Ao passarem numa rua menos movimentada, um grupo de seis rapazes mais velhos aproximou-se das pequenas, rodeou-as e depois exigiu-lhes que lhes entregassem os telemóveis, as carteiras e os relógios. Entre aflitas e desesperadas começaram ambas a gritar por socorro. Foi quando um dos rapazes tapou a boca de Cláudia e lhe deu um valente puxão de cabelos, enquanto lhe dizia:
- Cala-te sua grande estúpida, ou queres apanhar a sério no focinho?
Entretanto a sorte de Filipa também não era melhor, pois um dos outros do grupo com mau aspecto, apontou-lhe uma faca e enquanto lhe apertava o braço com força, recomendou-lhe que entregasse tudo sem dar um pio...
Banhada em lágrimas Cláudia entregou os seus pertences e Filipa fez o mesmo. Mas, quando o grupo já se preparava para se afastar dali, algo de surpreendente para eles sucedeu. De repente, surgiu vinda lá do alto dos céus, uma gaivota que soltando uns huá, huá, huá assustadores, mergulhou sobre eles em voo picado e que se atirou com bicadas impiedosas ao rapaz que tinha puxado os cabelos de Cláudia. A seguir, ainda ele não estava refeito do susto, nem das dores e já a imponente ave investia com igual fúria, no outro que tinha maltratado à Filipa.

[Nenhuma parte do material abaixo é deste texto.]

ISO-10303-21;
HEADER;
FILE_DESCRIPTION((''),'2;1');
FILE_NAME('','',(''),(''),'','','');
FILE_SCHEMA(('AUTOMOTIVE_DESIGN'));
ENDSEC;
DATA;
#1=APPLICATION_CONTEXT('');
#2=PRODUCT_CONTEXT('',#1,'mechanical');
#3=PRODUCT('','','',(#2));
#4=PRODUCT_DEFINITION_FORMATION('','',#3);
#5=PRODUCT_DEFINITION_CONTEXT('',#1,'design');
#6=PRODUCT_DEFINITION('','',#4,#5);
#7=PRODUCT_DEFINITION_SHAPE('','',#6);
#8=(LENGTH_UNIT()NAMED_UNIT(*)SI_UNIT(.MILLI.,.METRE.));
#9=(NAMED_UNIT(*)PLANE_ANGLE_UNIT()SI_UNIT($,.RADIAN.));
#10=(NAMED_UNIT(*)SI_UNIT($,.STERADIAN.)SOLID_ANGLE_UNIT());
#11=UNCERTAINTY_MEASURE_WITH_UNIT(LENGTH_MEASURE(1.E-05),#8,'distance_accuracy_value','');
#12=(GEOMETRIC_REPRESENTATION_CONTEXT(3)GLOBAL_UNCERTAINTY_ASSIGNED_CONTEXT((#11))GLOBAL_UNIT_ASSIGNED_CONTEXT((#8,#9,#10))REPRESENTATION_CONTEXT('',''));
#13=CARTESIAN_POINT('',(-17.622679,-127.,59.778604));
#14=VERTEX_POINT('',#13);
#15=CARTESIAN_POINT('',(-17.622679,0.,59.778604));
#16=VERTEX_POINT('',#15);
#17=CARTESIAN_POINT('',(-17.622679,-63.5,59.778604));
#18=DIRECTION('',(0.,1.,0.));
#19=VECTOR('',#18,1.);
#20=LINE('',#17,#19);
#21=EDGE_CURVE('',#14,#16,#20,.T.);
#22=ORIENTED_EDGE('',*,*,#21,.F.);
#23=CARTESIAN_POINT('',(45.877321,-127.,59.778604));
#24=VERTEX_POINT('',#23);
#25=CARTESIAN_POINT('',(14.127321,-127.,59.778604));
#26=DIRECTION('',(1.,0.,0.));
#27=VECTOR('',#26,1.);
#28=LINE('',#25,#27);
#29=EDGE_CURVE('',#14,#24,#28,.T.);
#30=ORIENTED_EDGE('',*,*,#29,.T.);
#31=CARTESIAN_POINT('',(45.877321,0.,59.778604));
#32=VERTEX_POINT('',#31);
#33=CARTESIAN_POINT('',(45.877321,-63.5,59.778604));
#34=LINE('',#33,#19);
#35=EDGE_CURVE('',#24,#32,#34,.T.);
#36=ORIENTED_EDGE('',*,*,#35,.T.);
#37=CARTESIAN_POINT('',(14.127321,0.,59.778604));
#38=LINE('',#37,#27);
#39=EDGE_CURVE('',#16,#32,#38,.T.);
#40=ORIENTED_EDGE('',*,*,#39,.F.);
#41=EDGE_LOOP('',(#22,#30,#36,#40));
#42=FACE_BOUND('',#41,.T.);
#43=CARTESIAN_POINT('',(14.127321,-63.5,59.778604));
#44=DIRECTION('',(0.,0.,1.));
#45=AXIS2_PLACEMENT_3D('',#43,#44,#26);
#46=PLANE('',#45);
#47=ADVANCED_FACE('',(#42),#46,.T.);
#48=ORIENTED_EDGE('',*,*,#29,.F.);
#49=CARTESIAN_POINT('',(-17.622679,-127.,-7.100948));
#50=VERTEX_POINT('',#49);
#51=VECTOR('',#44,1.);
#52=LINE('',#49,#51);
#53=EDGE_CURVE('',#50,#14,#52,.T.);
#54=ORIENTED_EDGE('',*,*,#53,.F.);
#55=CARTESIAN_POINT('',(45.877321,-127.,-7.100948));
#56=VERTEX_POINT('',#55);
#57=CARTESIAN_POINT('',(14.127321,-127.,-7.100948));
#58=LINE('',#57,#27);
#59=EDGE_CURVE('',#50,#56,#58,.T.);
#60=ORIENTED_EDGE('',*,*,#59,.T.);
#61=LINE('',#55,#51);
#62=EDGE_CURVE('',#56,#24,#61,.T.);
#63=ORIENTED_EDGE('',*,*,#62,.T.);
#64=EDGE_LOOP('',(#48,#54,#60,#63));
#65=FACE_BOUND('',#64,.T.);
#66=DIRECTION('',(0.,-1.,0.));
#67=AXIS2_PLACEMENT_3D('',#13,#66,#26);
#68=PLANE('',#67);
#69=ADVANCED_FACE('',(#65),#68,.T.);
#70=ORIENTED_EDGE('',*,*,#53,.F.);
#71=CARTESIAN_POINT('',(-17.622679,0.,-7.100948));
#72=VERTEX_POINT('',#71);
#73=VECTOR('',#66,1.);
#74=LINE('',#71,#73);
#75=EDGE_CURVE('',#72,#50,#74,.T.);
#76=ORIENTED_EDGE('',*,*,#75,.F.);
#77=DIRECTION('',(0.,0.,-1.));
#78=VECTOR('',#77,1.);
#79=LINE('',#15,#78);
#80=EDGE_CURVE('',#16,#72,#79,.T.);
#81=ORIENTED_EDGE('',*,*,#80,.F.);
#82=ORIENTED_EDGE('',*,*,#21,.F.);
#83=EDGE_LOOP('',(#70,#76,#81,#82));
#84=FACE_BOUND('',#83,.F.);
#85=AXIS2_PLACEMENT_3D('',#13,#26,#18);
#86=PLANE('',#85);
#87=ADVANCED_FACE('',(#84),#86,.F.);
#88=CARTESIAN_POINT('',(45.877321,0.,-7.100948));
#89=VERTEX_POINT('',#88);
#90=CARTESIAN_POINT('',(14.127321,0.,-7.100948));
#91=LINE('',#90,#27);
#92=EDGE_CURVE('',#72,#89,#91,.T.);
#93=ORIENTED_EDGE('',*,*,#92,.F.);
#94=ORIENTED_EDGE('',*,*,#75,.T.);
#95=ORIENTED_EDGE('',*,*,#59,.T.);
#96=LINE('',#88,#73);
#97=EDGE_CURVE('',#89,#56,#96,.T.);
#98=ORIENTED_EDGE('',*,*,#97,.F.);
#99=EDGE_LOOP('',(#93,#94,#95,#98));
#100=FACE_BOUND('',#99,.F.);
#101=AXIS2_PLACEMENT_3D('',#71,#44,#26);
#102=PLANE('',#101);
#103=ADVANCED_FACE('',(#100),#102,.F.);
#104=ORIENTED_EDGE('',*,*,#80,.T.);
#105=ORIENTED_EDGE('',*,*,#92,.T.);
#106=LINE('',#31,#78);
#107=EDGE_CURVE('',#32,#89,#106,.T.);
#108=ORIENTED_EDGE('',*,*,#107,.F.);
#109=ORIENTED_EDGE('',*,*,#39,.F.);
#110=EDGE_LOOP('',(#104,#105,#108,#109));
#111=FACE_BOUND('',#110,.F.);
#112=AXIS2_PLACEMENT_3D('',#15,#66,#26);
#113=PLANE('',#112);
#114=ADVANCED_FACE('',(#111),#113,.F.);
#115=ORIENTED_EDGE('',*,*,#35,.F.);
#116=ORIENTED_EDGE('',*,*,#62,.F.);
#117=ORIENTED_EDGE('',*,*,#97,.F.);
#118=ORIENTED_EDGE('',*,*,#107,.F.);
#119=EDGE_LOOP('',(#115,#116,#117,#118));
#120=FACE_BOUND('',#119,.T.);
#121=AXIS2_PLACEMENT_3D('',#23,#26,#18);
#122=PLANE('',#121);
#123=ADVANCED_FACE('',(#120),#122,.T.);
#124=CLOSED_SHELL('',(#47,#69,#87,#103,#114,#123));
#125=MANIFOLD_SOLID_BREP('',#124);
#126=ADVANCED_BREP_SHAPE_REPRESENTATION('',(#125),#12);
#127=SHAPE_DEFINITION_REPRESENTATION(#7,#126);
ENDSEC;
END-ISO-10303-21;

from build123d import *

# Parameters (mm, degrees)
F0_W      = 63.5
F0_H      = 66.879551
F1_DEPTH  = 127
F1_FACE_W = 63.5
F1_FACE_H = 127
F2_DEPTH  = 25


with BuildPart() as f1:
    # F0 (on Front) → F1 (new body)
    with BuildSketch(Plane.XZ):
        with Locations((14.127321, 26.338828)):
            Rectangle(F0_W, F0_H)
    extrude(amount=F1_DEPTH)

    # F1_face (on face) → F2 (join)
    with BuildSketch(Plane(origin=(14.127321, -63.5, 59.778604), x_dir=(1, 0, 0), z_dir=(0, 0, 1))):
        Rectangle(F1_FACE_W, F1_FACE_H)
    extrude(amount=-F2_DEPTH)


solid = f1.part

Com a determinação de um general que quer preservar a vida dos seus homens, ergueu-se novamente no ar, ganhou altura e depois procedeu a um segundo ataque fulminante. Dessa vez, atingiu um terceiro que estava boquiaberto de pasmo com tudo aquilo e depois dirigiu-se veloz como uma flecha na direcção do quarto. Os outros dois não quiseram saber de mais nada.
Cláudia e Filipa perceberam logo o que estava a passar-se e sentiram-se muito felizes, por a sua amiga as ter defendido naquele momento difícil.

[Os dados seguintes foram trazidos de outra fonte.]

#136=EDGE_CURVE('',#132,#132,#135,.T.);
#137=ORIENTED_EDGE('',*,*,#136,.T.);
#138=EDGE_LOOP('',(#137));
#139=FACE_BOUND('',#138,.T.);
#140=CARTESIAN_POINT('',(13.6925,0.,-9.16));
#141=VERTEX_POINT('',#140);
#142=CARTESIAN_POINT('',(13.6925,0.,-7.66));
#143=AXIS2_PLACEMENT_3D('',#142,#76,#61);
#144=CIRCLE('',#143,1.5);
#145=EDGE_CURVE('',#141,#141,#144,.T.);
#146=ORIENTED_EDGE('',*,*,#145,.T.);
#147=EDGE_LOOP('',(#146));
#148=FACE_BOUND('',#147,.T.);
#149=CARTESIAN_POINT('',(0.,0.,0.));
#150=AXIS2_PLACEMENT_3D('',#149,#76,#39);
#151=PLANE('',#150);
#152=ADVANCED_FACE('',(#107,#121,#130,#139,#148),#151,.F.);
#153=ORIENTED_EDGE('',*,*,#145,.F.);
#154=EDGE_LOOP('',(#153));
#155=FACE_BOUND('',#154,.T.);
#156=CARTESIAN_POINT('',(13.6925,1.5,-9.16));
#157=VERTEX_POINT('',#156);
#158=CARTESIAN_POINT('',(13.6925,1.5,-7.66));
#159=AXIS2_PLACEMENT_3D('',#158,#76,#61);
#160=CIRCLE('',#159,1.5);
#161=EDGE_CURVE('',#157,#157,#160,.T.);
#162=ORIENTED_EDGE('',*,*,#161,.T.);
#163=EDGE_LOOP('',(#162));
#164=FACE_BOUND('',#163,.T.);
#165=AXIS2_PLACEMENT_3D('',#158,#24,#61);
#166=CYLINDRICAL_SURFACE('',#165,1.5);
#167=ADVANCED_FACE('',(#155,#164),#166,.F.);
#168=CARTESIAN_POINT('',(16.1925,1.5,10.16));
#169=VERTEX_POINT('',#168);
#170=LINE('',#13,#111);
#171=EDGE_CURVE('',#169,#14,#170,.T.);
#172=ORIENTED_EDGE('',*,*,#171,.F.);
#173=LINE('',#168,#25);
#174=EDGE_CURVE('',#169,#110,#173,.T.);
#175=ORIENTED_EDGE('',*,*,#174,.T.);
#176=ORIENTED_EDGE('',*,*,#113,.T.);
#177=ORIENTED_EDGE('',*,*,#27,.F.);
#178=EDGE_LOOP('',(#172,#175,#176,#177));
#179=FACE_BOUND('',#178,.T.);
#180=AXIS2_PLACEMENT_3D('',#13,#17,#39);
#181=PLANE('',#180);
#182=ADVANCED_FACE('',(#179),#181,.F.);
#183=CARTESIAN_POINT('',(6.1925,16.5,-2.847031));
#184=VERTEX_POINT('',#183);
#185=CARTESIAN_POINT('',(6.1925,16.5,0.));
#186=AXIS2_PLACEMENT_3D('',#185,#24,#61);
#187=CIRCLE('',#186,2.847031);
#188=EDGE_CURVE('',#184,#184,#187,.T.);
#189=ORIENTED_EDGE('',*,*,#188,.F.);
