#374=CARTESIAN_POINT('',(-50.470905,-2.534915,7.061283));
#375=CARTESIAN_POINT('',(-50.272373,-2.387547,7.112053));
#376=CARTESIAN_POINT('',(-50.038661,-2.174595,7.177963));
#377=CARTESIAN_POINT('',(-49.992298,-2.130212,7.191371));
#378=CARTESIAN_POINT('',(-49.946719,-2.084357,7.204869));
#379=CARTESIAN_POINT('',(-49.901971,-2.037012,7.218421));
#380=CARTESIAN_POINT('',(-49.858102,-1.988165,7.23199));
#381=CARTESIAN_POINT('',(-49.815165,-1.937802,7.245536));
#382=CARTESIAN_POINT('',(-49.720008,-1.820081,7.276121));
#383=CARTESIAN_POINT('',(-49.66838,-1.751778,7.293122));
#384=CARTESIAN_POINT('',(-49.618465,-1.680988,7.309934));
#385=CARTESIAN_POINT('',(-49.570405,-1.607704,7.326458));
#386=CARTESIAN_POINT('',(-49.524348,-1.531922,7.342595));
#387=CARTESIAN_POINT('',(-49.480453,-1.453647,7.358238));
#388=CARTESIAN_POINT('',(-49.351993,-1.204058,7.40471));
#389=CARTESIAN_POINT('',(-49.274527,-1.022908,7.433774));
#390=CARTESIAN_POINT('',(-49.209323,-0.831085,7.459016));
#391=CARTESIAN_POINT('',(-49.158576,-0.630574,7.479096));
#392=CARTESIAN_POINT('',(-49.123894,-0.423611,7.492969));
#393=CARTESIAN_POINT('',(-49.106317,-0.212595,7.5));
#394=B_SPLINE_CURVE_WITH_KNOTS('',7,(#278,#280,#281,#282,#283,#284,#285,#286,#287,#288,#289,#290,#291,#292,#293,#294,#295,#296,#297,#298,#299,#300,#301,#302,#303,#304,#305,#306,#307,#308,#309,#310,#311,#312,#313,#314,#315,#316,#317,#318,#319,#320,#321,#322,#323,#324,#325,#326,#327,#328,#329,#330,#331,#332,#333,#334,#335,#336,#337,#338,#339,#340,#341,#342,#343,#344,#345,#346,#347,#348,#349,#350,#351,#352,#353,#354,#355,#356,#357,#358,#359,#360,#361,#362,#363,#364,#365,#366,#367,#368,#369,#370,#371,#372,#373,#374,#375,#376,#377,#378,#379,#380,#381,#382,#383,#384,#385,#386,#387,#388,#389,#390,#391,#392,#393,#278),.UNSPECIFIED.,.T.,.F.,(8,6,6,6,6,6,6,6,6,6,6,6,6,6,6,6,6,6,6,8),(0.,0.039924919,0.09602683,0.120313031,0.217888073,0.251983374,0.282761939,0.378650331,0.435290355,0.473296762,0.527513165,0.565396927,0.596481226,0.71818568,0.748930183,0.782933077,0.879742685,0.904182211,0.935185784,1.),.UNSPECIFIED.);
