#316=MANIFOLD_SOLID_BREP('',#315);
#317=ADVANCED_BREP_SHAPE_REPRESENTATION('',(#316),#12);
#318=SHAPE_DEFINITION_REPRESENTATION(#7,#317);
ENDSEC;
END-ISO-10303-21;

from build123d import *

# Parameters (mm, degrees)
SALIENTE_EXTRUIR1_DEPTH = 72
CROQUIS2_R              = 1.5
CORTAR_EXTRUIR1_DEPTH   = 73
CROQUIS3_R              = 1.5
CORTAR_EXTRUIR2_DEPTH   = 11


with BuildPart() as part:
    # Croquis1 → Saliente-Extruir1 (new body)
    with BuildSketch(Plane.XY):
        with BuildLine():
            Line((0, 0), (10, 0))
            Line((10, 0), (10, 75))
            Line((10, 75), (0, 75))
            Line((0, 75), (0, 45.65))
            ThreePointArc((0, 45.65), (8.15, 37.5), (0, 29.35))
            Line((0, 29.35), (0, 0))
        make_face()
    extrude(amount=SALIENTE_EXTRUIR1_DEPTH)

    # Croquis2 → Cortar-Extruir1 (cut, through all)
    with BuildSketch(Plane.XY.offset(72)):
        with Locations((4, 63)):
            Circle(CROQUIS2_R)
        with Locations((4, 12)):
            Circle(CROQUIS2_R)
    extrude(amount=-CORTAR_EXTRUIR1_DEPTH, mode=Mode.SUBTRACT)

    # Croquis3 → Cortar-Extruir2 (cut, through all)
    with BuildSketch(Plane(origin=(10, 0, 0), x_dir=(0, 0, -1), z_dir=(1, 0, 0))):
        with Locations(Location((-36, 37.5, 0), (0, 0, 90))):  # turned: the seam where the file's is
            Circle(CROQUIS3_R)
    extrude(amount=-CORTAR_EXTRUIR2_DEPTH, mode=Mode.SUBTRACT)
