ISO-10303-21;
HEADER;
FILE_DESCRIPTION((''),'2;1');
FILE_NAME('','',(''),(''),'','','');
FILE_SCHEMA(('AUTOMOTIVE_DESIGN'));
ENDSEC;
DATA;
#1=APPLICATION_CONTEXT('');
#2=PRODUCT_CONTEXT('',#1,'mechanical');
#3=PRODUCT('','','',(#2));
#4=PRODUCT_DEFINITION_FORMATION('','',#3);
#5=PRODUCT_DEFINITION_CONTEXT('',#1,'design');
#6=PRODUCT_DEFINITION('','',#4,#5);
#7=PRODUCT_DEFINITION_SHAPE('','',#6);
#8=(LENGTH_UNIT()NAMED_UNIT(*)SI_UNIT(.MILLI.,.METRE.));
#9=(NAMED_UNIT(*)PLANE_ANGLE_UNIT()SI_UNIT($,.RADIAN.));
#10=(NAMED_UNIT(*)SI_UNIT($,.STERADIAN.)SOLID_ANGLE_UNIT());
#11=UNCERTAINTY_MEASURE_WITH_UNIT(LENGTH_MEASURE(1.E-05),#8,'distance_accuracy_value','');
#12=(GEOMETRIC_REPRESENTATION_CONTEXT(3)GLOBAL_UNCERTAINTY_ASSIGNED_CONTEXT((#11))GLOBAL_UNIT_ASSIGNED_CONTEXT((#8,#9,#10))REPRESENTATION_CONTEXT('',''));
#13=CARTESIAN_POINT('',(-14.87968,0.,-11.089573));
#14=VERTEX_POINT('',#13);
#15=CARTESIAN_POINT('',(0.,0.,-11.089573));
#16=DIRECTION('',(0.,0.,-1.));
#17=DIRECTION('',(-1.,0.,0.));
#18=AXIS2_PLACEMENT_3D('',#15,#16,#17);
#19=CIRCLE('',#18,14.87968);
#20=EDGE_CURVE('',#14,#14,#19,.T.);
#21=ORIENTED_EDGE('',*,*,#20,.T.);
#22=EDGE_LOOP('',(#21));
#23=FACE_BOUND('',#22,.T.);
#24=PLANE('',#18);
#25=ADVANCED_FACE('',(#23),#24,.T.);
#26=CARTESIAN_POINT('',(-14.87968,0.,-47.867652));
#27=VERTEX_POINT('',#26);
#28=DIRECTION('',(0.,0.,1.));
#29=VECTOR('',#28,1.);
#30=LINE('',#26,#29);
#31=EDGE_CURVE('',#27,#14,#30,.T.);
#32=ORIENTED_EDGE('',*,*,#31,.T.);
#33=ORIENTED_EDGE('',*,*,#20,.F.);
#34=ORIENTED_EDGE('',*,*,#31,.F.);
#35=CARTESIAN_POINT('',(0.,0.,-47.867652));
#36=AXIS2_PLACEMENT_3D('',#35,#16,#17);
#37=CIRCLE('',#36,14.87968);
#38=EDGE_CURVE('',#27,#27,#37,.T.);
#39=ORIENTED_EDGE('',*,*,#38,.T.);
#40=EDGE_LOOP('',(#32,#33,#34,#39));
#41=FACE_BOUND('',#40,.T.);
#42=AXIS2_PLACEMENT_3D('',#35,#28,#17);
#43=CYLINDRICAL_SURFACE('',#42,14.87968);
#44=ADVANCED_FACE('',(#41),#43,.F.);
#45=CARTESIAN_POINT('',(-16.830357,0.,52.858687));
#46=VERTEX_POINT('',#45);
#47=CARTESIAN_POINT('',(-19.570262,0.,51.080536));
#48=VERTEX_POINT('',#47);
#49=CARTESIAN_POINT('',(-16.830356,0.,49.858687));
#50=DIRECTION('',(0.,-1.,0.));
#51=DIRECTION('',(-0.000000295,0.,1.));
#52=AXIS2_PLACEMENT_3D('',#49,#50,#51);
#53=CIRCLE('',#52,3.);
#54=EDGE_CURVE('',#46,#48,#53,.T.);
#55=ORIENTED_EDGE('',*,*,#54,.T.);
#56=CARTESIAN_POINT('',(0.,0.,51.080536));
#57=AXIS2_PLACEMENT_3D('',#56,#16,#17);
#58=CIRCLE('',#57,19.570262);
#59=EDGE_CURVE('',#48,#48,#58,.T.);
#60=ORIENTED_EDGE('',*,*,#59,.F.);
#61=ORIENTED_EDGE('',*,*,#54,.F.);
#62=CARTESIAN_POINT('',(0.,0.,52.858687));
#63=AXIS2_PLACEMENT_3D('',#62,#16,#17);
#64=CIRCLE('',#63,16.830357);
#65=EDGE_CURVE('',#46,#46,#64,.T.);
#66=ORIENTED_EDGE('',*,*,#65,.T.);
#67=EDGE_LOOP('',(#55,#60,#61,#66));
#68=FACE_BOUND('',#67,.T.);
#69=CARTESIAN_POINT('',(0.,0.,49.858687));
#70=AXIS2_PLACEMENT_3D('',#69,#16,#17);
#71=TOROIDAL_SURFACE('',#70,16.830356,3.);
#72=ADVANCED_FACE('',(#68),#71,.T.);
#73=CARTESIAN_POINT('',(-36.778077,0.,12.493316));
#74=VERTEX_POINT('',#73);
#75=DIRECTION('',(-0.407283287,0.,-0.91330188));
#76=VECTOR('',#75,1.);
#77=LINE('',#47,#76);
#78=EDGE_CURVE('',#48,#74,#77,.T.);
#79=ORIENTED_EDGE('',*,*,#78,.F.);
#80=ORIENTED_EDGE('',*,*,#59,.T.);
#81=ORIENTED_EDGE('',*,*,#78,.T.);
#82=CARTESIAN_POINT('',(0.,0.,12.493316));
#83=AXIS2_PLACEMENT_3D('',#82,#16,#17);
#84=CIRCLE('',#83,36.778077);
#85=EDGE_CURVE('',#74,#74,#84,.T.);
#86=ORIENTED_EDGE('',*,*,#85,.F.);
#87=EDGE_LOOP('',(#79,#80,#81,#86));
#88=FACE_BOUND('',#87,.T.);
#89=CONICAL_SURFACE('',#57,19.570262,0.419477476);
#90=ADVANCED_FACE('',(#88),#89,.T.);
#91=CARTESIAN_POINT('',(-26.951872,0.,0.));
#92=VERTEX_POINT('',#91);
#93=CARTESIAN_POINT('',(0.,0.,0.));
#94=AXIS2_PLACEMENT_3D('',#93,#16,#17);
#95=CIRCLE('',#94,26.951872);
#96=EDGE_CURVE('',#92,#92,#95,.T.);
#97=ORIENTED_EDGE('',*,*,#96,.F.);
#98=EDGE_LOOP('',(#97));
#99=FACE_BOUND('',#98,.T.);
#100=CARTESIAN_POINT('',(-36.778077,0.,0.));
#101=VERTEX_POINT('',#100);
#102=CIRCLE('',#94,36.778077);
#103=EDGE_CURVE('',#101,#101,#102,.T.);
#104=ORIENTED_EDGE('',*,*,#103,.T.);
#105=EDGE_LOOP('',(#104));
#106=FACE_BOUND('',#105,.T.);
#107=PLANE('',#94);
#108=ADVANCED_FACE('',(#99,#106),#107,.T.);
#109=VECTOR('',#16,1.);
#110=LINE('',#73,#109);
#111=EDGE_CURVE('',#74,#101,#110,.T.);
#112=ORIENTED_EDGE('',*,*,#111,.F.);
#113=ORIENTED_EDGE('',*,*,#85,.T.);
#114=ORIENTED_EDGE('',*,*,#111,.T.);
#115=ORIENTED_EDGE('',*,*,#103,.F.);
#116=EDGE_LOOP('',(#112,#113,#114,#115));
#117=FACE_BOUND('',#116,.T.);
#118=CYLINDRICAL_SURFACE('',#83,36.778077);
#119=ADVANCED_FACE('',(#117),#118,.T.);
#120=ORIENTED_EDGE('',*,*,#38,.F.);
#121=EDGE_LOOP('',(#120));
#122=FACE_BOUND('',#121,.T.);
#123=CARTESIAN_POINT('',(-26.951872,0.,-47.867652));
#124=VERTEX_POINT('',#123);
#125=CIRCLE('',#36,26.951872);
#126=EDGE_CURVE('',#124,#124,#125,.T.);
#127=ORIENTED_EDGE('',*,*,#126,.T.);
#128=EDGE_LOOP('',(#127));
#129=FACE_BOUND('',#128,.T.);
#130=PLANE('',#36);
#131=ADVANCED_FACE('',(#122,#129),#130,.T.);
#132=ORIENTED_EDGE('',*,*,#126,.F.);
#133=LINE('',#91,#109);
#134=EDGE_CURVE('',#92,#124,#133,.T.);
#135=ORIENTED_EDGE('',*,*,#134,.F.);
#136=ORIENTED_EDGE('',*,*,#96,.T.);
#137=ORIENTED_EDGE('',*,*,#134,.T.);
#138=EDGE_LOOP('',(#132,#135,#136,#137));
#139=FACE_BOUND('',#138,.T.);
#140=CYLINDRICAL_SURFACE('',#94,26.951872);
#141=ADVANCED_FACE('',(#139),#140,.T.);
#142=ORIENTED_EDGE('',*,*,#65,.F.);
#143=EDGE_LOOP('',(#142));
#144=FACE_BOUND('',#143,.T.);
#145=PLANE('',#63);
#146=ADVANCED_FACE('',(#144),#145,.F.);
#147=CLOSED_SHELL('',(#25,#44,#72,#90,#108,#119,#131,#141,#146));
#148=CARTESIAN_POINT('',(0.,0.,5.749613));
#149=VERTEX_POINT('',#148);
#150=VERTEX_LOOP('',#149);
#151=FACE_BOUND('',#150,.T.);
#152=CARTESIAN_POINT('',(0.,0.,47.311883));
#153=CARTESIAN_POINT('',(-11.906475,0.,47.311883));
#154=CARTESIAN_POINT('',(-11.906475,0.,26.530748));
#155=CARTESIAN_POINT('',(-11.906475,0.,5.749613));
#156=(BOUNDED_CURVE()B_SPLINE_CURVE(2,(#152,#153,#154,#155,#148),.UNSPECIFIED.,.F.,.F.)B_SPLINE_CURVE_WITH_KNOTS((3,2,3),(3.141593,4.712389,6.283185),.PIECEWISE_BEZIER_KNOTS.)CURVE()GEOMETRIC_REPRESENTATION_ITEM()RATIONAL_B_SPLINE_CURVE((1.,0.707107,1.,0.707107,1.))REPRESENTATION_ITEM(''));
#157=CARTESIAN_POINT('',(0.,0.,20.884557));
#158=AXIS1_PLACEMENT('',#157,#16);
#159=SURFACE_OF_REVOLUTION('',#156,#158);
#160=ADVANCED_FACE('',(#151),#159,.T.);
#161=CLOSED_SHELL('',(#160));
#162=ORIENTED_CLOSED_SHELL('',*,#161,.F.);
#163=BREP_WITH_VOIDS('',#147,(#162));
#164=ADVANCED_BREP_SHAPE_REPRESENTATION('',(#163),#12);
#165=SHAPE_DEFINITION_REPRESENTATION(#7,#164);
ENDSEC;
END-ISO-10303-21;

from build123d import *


with BuildPart() as f1:
    # F0 (on Front) → F1 (revolve)
    with BuildSketch(Plane.XZ):
        with BuildLine():
            Line((-26.951872, -47.867652), (-14.87968, -47.867652))
            Line((-14.87968, -47.867652), (-14.87968, -11.089573))
            Line((-14.87968, -11.089573), (0, -11.089573))
            Line((0, -11.089573), (0, 5.749613))
            add(Edge.make_bspline(
                [(0, 47.311883), (-11.906475, 47.311883), (-11.906475, 26.530748), (-11.906475, 5.749613), (0, 5.749613)],
                knots=[3.141593, 3.141593, 3.141593, 4.712389, 4.712389, 6.283185, 6.283185, 6.283185], degree=2, weights=[1, 0.707107, 1, 0.707107, 1]))
            Line((0, 47.311883), (0, 52.858687))
            Line((0, 52.858687), (-16.830357, 52.858687))
            ThreePointArc((-16.830357, 52.858687), (-18.463521, 52.375187), (-19.570262, 51.080536))
            Line((-19.570262, 51.080536), (-36.778077, 12.493316))
            Line((-36.778077, 12.493316), (-36.778077, 0))
            Line((-36.778077, 0), (-26.951872, 0))
            Line((-26.951872, 0), (-26.951872, -47.867652))
        make_face()
    revolve(axis=Axis((0, 0, 20.884557), (0, 0, -1)))


solid = f1.part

Quanto aos jovens malfeitores, ffugiram dali o mais depressa que as pernas lhes permitiram, pois com os braços e as costas em sangue, completamente apavorados, atiraram com tudo para o chão e nem quiseram saber de mais nada! Mas isso num primeiro momento não lhes serviu de muito, porque depois daquela gaivota vieram outras e os gritos deles ainda se ouviam claramente, apesar de já estarem bem afastados daquele local...

Passado um bocadinho, a inteligente ave foi ter com as duas meninas ao ponto de encontro habitual. Mas dessa vez, depois de comer as suas sanduíches, teve direito a um tratamento especial.
Cláudia olhou-a cheia de gratidão e pegou-lhe ao colo com muito carinho. Filipa por sua vez, também a cobria de atenções e mimos.
Decidiram então ambas de comum acordo, que deviam dar um nome à sua corajosa amiga e protectora. A escolha não era nada fácil, mas depois de umas quantas tentativas chegaram a um acordo.
Como a gaivota esperava sempre por elas na torre da igreja que ficava perto lá da escola, resolveram chamar-lhe Miriam, já que esse era o nome de Nossa Senhora, a protectora das crianças como lhes tinha dito a sua catequista.
Fitando-a então com imensa ternura, enquanto lhe acariciava as penas aveludadas, Cláudia disse à valente gaivota:
- De hoje em diante, nossa querida amiga, vais chamar-te Míriam. Sim, tu serás sempre para nós, a nossa doce e corajosa Miriam, a enviada do céu!